On the day in question, I was in the last period of the day, helping Mr. S.'s students read particularly difficult stories in various groups. One group of fairly high ability students had the entire version of Irving's "The Legend of Sleepy Hollow." One girl stated she didn't understand anything that was going on. So we went through it together slowly, word by word, and she followed my finger with her eyes and looked into my own as I painstakingly explained what each word in the passage meant and what was going on in the story as a whole. She asked questions and genuinely wanted to understand. We get toward the end of the story and I ask her if she can translate one particular sentence. She says she can't, so I slowly explain it again, then say something like "Essentially, Ichabod dies." "He dies!?" she exclaims, "Cool!" I was going to go on, but then Mr.
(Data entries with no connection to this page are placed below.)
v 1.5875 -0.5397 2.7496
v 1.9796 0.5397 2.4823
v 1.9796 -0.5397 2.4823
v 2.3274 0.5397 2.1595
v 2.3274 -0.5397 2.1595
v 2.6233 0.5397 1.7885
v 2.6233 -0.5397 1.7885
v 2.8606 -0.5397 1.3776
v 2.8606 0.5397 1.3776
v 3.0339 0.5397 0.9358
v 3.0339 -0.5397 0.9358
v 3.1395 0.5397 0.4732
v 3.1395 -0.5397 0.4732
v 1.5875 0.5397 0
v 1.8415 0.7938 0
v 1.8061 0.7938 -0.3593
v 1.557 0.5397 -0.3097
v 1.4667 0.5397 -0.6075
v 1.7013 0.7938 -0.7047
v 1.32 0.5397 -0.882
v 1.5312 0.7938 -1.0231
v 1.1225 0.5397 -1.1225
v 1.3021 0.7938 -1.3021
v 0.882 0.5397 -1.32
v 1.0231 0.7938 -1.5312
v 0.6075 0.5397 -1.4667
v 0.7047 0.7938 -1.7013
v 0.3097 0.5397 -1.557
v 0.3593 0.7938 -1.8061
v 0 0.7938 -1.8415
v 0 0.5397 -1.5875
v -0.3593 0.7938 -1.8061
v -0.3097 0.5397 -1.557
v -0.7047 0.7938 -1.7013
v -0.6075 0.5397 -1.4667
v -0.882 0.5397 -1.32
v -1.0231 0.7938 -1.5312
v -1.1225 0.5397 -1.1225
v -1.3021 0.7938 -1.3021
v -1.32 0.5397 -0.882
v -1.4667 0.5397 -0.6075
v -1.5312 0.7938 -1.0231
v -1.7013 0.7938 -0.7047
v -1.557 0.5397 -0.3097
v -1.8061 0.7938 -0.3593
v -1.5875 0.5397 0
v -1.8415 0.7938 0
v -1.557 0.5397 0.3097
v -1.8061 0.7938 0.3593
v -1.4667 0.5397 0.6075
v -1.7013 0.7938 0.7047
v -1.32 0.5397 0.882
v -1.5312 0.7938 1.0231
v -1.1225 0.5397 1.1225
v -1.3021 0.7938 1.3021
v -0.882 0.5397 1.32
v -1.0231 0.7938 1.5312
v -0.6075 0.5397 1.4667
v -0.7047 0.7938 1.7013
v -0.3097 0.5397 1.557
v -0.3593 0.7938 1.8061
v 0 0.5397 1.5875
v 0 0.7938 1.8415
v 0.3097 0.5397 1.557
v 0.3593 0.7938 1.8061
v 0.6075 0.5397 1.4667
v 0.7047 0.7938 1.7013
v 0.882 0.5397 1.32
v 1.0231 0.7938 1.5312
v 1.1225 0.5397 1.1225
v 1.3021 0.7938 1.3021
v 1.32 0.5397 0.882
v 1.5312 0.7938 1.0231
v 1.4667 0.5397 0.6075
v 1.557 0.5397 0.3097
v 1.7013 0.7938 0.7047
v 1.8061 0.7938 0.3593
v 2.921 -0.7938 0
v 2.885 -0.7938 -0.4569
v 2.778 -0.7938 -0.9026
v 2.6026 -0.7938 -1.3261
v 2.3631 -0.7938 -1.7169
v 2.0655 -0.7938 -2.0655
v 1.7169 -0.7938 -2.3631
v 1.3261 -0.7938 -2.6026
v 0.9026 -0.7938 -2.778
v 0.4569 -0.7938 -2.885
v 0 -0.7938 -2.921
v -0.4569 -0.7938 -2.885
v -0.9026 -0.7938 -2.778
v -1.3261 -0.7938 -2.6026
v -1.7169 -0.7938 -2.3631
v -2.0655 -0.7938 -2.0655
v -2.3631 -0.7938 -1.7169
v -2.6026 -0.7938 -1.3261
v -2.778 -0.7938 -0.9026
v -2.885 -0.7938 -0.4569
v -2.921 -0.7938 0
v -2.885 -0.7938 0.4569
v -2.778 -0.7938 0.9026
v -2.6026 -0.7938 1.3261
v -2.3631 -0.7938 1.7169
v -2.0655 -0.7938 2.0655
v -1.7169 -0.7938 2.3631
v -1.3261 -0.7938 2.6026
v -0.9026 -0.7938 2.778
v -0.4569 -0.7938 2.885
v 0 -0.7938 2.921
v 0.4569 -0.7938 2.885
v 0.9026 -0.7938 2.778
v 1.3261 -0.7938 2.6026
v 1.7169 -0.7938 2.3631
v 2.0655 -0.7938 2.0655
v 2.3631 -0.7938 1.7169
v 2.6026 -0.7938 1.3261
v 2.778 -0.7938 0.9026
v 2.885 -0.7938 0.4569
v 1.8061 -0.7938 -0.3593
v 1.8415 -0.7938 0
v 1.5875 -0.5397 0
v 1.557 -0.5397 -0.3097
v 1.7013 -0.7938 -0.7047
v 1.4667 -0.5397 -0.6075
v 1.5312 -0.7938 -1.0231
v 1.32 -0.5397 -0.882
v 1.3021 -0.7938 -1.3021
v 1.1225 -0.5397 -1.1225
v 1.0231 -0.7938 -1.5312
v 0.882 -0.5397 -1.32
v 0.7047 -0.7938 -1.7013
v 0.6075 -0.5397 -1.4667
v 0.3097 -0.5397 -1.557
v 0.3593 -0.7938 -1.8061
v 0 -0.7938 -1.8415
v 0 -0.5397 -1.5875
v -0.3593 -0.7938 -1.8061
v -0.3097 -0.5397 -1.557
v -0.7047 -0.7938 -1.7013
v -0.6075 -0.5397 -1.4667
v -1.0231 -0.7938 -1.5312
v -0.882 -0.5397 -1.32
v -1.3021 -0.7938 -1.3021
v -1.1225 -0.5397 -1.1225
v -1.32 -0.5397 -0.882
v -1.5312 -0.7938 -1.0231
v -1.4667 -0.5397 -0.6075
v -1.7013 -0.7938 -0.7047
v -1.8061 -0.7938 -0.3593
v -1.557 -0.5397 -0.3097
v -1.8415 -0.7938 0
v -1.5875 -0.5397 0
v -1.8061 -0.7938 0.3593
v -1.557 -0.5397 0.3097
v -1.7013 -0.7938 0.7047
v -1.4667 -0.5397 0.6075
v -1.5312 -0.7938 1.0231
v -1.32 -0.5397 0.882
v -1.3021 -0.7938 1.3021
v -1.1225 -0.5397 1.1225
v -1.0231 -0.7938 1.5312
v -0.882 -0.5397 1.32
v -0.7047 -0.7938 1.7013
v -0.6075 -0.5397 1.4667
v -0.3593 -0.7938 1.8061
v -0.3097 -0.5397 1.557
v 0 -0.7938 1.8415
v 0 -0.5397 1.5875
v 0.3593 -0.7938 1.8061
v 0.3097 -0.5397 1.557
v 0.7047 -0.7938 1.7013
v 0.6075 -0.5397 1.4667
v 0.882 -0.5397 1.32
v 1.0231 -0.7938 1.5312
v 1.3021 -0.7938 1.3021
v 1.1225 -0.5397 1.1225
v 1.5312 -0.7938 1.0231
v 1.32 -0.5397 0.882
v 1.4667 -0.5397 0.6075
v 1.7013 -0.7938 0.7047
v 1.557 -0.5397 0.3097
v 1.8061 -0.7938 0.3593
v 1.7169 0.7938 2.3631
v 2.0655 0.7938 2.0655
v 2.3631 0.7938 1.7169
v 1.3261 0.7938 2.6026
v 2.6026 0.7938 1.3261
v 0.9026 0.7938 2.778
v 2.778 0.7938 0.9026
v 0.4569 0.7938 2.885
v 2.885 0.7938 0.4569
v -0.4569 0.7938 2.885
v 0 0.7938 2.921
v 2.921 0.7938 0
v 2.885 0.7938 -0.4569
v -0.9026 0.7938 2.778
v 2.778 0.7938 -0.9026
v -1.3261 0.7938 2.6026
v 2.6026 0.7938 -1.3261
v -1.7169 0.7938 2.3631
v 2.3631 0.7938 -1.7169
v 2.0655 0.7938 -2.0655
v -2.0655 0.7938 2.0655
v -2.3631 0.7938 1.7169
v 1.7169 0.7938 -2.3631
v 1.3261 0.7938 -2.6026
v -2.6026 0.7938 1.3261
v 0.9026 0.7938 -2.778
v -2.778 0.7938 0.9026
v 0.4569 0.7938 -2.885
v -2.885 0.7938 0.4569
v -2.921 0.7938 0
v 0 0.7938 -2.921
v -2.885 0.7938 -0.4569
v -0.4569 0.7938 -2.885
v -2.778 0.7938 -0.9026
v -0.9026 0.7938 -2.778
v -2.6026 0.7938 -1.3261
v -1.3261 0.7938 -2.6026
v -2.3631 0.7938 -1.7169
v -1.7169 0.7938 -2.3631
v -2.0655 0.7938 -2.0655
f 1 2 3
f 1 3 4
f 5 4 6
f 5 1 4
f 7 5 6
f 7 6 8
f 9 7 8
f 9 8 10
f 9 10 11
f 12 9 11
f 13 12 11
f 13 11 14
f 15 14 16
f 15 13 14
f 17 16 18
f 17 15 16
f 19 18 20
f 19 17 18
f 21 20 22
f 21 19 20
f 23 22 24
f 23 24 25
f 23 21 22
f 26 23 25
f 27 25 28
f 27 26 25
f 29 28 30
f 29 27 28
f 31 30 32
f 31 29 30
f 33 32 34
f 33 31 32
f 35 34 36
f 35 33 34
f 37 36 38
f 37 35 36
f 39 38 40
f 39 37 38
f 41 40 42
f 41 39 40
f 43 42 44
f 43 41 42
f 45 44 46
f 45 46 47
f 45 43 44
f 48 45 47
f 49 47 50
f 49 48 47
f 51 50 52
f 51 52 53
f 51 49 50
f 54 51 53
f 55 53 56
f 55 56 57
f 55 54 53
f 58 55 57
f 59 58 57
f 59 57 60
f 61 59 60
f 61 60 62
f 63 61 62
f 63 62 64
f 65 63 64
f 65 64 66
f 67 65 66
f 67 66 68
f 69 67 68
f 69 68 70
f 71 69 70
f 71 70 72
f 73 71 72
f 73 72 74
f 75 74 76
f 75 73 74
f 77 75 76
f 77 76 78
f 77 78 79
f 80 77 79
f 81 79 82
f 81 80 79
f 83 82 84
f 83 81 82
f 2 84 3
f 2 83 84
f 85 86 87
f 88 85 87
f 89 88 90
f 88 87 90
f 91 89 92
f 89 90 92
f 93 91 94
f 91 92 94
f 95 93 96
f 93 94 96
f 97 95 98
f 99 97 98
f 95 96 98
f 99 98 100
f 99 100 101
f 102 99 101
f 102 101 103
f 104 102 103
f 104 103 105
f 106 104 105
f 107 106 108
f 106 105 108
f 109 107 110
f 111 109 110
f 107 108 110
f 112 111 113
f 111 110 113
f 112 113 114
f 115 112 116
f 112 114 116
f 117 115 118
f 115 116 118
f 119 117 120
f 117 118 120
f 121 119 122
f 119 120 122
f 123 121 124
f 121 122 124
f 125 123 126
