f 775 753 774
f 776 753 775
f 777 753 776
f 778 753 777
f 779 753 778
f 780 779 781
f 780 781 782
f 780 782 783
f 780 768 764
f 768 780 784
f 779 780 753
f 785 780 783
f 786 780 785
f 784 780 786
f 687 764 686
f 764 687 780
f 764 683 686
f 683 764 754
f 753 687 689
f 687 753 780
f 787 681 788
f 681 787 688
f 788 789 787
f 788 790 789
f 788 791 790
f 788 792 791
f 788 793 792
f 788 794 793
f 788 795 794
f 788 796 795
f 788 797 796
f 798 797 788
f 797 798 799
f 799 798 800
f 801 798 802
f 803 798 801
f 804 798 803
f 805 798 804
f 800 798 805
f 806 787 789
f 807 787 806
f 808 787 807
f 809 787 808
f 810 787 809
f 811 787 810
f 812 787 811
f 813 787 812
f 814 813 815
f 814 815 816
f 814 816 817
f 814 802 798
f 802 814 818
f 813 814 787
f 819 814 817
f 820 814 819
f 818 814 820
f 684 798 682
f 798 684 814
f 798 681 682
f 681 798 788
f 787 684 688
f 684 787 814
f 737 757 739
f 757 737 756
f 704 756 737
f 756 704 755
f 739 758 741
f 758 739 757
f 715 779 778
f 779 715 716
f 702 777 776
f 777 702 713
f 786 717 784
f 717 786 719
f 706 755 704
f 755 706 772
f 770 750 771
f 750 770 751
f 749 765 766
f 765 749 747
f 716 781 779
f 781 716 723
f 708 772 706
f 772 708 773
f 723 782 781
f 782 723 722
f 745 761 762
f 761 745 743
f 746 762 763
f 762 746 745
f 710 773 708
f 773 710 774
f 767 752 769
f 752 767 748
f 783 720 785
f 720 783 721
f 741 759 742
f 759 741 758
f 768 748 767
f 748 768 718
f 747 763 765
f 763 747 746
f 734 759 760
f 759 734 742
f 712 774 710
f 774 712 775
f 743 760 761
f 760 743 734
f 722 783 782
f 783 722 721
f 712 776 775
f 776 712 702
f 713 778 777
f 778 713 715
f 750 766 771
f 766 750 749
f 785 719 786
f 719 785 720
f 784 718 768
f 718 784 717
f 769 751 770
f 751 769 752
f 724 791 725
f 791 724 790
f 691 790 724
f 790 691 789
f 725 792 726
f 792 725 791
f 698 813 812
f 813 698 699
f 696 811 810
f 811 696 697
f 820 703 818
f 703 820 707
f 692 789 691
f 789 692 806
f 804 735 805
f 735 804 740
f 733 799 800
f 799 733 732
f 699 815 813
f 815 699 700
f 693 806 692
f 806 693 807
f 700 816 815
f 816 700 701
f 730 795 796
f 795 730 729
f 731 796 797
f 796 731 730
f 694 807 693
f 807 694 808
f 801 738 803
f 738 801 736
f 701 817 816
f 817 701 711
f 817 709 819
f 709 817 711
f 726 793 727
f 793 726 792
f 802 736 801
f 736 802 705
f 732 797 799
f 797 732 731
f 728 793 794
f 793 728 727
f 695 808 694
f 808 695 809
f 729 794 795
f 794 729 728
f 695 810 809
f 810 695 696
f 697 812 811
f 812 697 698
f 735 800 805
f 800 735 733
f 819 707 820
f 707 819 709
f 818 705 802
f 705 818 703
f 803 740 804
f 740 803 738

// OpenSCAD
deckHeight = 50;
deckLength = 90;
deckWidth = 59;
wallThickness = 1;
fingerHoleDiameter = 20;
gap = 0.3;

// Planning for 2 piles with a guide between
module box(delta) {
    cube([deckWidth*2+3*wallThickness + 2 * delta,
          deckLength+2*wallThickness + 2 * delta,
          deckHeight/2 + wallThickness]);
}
S. asked for the class' attention, so I briefly said to her, "You understand?" and she nodded so I quickly nodded back then relinquished my attention to the front of the room.

So maybe she still doesn't have a grasp on the archaic language. Maybe she isn't ready for independent learning. Maybe she only gets the basic gist of the story. But the point is that she understood my explanation, but even more than that, she really wanted to learn. She was invested in her own education. THAT, fellow students, is what teaching is all about. It made me feel so good that my own efforts were, at least for those brief moments, worth while.